Firefighters responded to the smoke-filled basement.  As they fought the blaze, a vat of benzoil exploded, knocking the men to the floor and “painfully” burning them.  Other firefighters dragged the men to street and fresh air.  The brick vault did the job for which it was intended.  Fire officials reported “The fire was confined to the vault in which it started.”

As was the case with most firms owned or run by German-born Americans, when the U.S. entered World War I, the assets of the Charles Hellmuth company were confiscated by the United States Government in 1917.  Deemed “alien property” by the Trading With The Enemy Act of 1917, the assets were eventually repurchased by Bernard Richmond Armour who had taken over the Hellmuth presidency in 1919.

The T. J. Hayes Printing Company was still in the building when its founder died on August 27, 1925.  Having arrived as an Irish immigrant boy around 1855, the elderly Timothy J. Hayes had amassed sizable personal wealth.  The firm would continue to do business from the 18th Street location at least into the 1940s.


In 1935 80-year old Louis Kessell was employed by Charles Hellmuth, Inc. as its paymaster.  A veteran of the Franco-Prussian War of 1871, he was still a feisty old soldier at heart.  At 5:00 on the afternoon of June 10, 1935 he was sitting in his small room on the ground floor.  On his desk was a metal box containing about $1,000 in cash.

Suddenly a “thug” rushed into the room, landed a blow on Kessell's head with a cloth-wrapped club, and grabbed the money box.   The elderly man, knocked to the floor, took a second to recover.  Then, according to The New York Times, he “rose to his feet, shook his head to clear it, grappled with the intruder, and began to pummel him.”  The shocked thief had not anticipated a fight from the spirited octogenarian.

“By the time help arrived the would-be robber had fled,” said the newspaper.  “The $1,000 was saved, although scattered about the compartment during the tussle.”  Louis Kessell’s injuries were a bump on the head.

Stanley Gould would be less lucky two decades later.  The 36-year-old salesman, less than half Kessell’s age, worked for his family’s Gould Offset Printing Company here.  On December 3, 1954, he entered the building’s elevator with the firm's payroll--$1,800 in cash.  Two men got in the cab at the same time.

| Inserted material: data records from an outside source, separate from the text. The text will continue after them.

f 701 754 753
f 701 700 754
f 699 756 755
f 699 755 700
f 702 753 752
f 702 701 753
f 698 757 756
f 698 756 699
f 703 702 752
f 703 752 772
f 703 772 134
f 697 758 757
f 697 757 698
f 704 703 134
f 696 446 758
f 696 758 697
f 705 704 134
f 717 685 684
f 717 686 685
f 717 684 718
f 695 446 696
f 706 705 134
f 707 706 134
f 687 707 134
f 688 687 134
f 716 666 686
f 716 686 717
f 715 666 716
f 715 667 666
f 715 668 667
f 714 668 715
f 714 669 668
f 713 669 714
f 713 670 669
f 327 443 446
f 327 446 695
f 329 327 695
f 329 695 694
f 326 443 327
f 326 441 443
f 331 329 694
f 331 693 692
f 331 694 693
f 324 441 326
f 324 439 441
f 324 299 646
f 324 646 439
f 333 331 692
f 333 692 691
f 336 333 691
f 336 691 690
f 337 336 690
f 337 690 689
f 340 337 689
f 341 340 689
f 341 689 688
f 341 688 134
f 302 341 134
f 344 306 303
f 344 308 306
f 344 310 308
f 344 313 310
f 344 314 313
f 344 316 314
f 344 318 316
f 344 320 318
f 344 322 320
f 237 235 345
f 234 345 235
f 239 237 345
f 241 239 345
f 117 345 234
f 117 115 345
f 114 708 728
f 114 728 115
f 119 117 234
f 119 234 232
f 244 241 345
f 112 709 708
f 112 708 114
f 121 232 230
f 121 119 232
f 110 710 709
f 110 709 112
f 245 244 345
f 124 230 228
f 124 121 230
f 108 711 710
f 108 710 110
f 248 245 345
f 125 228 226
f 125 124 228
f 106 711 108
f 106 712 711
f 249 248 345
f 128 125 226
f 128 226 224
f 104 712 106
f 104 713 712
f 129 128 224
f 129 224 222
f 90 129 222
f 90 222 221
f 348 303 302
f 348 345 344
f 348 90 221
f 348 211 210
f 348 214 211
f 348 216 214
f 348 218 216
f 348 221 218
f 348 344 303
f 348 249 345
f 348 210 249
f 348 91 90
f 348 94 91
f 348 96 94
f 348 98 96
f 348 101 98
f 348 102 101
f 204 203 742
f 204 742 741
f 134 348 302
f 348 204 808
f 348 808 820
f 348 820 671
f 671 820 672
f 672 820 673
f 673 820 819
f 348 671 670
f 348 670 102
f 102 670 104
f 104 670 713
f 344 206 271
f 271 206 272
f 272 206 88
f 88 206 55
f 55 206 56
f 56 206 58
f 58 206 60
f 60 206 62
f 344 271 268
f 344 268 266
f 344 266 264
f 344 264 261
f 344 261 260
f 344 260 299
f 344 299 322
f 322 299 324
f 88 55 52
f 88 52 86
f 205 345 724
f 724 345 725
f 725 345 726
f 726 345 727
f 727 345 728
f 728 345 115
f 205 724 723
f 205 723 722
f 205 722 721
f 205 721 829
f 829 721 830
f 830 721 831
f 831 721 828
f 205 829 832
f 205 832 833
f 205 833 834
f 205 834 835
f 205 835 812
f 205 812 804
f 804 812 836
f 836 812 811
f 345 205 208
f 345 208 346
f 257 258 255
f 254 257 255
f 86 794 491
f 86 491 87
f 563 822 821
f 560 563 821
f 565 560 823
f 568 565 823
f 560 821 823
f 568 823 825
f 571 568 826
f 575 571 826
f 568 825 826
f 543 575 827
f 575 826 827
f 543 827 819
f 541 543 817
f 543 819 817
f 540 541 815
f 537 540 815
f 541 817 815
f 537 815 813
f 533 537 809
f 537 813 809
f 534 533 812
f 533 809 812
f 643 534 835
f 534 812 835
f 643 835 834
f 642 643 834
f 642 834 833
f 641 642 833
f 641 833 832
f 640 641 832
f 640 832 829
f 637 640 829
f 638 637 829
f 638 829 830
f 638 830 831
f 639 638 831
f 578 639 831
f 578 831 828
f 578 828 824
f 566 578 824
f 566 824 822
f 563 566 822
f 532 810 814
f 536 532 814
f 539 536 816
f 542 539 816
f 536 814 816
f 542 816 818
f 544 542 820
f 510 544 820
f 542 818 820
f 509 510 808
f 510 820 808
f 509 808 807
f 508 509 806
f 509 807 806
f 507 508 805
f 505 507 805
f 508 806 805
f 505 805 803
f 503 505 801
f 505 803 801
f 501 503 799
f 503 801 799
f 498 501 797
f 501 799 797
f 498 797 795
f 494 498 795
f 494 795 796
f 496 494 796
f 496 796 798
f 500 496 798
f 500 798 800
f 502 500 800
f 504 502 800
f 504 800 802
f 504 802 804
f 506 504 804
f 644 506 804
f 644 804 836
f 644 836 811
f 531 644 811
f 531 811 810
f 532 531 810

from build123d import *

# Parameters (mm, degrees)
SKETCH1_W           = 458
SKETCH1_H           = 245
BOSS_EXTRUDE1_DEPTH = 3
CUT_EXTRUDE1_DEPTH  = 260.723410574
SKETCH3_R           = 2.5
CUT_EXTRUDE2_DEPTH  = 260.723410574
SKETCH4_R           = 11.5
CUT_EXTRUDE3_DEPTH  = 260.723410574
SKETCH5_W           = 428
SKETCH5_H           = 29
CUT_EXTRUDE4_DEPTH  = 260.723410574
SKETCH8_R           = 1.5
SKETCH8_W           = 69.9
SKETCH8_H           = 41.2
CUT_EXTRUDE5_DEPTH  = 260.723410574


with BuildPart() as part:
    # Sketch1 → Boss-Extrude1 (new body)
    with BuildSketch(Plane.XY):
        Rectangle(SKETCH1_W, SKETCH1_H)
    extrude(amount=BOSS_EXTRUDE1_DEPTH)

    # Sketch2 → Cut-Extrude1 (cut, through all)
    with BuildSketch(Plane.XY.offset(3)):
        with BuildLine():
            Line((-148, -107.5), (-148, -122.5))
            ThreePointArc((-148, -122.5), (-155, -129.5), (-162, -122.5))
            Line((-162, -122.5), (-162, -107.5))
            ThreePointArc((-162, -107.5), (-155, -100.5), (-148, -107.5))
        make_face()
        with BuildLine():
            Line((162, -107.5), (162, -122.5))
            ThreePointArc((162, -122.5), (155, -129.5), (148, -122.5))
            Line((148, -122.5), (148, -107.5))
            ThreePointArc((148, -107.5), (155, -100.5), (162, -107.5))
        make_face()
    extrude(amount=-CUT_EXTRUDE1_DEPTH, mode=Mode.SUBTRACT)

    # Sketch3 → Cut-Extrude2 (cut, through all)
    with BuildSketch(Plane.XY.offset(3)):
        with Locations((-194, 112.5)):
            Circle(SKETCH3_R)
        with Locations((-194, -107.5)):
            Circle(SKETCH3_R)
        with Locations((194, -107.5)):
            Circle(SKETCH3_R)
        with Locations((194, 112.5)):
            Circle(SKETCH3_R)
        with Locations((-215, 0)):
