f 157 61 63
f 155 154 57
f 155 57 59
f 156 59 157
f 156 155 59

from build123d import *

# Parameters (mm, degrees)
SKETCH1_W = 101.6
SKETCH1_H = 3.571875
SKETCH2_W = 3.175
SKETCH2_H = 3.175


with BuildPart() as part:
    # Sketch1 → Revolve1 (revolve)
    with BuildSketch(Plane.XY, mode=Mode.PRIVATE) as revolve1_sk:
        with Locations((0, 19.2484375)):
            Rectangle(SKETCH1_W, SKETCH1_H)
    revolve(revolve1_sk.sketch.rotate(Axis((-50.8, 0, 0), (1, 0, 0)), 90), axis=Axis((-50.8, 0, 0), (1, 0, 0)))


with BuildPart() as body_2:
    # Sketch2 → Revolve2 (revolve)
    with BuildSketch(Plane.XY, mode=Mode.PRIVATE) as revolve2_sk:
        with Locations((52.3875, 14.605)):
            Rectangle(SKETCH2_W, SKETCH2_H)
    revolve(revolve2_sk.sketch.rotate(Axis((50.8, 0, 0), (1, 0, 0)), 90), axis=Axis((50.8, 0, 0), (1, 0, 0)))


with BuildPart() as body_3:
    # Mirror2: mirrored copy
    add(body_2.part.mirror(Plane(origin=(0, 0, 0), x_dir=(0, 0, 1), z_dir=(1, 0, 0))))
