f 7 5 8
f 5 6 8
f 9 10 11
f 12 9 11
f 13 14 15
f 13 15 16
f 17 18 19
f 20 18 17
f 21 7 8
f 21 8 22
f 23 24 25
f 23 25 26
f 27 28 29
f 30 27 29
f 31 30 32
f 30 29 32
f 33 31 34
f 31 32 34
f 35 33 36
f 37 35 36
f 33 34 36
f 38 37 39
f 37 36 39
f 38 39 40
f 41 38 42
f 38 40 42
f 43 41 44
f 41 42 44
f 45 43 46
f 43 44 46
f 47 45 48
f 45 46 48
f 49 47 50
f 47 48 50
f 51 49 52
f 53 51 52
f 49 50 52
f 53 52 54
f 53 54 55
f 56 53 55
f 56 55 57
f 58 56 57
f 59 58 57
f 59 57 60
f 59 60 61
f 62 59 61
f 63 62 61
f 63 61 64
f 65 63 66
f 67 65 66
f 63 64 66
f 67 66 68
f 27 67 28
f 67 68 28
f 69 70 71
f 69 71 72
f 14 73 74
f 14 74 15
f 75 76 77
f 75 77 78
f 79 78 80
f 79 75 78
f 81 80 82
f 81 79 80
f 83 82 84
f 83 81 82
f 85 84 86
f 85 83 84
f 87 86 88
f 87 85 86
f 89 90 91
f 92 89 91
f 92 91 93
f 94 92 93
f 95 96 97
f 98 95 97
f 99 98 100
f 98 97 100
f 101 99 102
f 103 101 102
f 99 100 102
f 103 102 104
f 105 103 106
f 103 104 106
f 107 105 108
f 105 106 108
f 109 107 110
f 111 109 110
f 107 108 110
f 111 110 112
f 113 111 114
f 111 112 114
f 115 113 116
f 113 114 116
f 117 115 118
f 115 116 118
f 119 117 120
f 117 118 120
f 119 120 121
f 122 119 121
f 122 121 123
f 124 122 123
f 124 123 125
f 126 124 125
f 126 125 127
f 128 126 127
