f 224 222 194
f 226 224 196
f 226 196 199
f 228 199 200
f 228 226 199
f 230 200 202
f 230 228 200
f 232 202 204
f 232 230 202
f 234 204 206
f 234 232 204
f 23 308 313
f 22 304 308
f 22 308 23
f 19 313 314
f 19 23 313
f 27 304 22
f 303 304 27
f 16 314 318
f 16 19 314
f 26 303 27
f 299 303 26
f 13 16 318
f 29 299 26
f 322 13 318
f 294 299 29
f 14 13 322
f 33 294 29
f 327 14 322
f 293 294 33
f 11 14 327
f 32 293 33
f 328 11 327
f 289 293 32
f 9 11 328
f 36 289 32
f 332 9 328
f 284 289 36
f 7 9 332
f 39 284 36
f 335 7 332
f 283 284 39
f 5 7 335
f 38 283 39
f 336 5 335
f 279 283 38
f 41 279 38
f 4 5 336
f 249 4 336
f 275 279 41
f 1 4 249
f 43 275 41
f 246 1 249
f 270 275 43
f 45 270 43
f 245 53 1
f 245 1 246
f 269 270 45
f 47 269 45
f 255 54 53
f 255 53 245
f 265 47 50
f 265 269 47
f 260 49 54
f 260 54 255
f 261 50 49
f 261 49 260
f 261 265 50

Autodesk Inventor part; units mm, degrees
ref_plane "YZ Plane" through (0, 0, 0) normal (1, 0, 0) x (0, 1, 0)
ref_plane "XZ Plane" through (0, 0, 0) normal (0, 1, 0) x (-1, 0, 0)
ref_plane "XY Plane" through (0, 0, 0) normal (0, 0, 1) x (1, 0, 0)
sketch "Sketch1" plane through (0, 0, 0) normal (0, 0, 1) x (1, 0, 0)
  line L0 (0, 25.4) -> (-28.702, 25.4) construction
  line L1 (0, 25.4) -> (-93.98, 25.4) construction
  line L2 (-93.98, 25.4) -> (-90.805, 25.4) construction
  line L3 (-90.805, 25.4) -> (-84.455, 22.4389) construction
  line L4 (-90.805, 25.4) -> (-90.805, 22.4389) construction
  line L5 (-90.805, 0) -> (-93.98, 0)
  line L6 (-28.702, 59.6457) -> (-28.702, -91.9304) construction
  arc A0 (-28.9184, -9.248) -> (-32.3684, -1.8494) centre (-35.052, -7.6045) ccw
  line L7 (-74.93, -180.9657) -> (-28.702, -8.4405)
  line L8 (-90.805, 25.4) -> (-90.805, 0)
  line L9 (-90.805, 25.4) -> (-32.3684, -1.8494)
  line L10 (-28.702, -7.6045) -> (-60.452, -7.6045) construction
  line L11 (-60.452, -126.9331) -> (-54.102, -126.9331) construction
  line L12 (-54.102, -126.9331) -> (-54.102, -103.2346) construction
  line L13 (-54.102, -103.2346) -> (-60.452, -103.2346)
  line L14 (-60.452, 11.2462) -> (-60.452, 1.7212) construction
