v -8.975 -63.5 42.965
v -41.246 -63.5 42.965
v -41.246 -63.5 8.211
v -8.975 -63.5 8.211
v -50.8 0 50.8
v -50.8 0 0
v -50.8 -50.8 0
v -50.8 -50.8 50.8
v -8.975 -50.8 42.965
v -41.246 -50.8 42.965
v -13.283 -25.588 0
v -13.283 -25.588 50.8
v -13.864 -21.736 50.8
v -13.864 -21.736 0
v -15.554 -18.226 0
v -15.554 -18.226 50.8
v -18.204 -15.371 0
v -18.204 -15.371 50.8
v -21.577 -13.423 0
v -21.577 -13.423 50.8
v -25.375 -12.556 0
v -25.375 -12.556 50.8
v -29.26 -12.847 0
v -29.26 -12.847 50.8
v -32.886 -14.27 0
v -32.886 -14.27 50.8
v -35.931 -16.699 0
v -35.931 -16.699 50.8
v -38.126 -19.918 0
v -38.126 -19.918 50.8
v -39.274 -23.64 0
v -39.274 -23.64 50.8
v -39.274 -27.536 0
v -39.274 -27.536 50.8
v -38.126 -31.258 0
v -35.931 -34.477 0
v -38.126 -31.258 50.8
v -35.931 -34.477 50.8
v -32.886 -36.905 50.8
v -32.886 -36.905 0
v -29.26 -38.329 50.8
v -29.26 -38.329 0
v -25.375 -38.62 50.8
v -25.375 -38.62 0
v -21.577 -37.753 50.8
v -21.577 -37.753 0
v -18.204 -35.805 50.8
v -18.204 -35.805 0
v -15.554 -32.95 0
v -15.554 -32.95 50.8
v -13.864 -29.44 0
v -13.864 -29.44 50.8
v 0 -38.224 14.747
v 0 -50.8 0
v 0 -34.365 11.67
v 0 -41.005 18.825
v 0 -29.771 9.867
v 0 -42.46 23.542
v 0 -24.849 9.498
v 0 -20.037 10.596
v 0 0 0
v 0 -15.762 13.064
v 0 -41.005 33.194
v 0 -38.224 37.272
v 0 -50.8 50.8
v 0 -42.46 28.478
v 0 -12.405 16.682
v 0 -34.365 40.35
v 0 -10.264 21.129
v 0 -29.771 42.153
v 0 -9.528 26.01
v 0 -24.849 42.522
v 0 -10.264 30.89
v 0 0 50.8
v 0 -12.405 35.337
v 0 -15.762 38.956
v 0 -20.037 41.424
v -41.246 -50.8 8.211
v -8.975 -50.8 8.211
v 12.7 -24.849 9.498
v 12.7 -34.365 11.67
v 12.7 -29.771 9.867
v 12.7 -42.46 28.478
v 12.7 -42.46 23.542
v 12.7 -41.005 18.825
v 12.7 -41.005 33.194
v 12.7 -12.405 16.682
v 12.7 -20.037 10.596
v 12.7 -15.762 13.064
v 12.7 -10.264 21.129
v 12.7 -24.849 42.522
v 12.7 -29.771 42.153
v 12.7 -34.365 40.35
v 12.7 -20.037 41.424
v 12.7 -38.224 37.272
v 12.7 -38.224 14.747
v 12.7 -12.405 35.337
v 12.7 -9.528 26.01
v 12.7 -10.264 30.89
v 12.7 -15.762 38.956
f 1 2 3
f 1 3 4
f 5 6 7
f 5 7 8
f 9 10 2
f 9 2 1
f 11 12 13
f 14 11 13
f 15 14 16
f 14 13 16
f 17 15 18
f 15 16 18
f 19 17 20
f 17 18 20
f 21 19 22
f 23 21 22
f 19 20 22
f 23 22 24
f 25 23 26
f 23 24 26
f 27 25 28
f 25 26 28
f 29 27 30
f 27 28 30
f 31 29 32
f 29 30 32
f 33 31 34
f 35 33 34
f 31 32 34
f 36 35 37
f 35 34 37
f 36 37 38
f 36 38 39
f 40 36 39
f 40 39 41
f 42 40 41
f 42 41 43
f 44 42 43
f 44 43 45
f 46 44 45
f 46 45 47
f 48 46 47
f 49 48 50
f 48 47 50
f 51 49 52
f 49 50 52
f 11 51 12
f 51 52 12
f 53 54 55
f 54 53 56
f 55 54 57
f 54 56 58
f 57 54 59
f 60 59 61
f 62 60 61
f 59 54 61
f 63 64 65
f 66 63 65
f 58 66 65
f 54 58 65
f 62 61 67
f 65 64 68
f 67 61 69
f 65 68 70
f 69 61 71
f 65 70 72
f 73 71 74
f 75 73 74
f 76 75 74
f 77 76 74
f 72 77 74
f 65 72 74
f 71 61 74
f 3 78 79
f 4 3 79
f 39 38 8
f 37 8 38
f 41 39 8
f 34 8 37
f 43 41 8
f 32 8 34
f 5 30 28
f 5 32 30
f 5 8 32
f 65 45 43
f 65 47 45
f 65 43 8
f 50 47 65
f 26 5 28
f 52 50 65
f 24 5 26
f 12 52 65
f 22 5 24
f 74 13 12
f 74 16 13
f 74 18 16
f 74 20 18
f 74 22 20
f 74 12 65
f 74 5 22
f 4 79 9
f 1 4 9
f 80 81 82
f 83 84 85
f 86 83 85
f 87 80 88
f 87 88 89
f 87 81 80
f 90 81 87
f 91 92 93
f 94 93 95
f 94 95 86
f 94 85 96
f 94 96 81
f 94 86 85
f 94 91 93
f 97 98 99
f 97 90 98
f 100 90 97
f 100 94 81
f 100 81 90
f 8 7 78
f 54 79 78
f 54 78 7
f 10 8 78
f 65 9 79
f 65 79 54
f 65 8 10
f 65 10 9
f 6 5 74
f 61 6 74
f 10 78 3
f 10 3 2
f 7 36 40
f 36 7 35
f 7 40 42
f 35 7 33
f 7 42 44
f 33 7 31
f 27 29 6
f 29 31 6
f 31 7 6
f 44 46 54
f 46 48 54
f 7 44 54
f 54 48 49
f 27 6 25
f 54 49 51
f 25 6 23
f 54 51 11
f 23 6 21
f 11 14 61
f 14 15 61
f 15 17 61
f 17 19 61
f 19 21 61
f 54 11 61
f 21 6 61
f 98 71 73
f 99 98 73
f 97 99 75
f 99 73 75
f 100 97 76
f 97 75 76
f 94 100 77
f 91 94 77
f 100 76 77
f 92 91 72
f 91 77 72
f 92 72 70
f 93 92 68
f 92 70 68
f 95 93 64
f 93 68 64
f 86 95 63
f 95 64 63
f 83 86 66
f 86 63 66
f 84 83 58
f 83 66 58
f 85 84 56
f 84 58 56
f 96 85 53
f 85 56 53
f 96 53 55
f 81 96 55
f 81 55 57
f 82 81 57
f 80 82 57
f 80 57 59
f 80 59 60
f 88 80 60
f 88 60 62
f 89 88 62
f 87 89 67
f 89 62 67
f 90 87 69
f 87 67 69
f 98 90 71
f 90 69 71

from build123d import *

# Parameters (mm, degrees)
F0_W     = 50.8
F0_H     = 50.8
F1_DEPTH = 50.8
F2_R     = 13.0683
F3_DEPTH = 50.8
F4_R     = 16.558312
F5_DEPTH = 12.7
F6_W     = 32.271338
F6_H     = 34.753747
F7_DEPTH = 12.7


with BuildPart() as f1:
    # F0 (on Front) → F1 (new body)
    with BuildSketch(Plane.XZ):
        with Locations((-25.4, 25.4)):
            Rectangle(F0_W, F0_H)
    extrude(amount=F1_DEPTH)

    # F2 (on face) → F3 (cut)
    with BuildSketch(Plane.XY.offset(50.8)):
        with Locations((-26.351742, -25.587924)):
            Circle(F2_R)
    extrude(amount=-F3_DEPTH, mode=Mode.SUBTRACT)

    # F4 (on face) → F5 (join)
    with BuildSketch(Plane.YZ):
        with Locations((-26.086254, 26.009806)):
            Circle(F4_R)
    extrude(amount=F5_DEPTH)

    # F6 (on face) → F7 (join)
    with BuildSketch(Plane.XZ.offset(50.8)):
        with Locations((-25.110537, 25.587923)):
            Rectangle(F6_W, F6_H)
    extrude(amount=F7_DEPTH)


solid = f1.part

Gould was later found bound and gagged in the elevator car.  The thieves escaped with the cash.

In 1973, the Hellmuth firm, now known as Sleight & Hellmuth, left their headquarters of nearly 70 years.  In 1988, the building was converted to 28 cooperative apartments featuring the wonderful scalloped ceilings originally intended to support printing machines.  The ground floor has been only slightly altered, leaving the Art Nouveau brackets and panels--rare and wonderful in Manhattan—as architectural eye candy.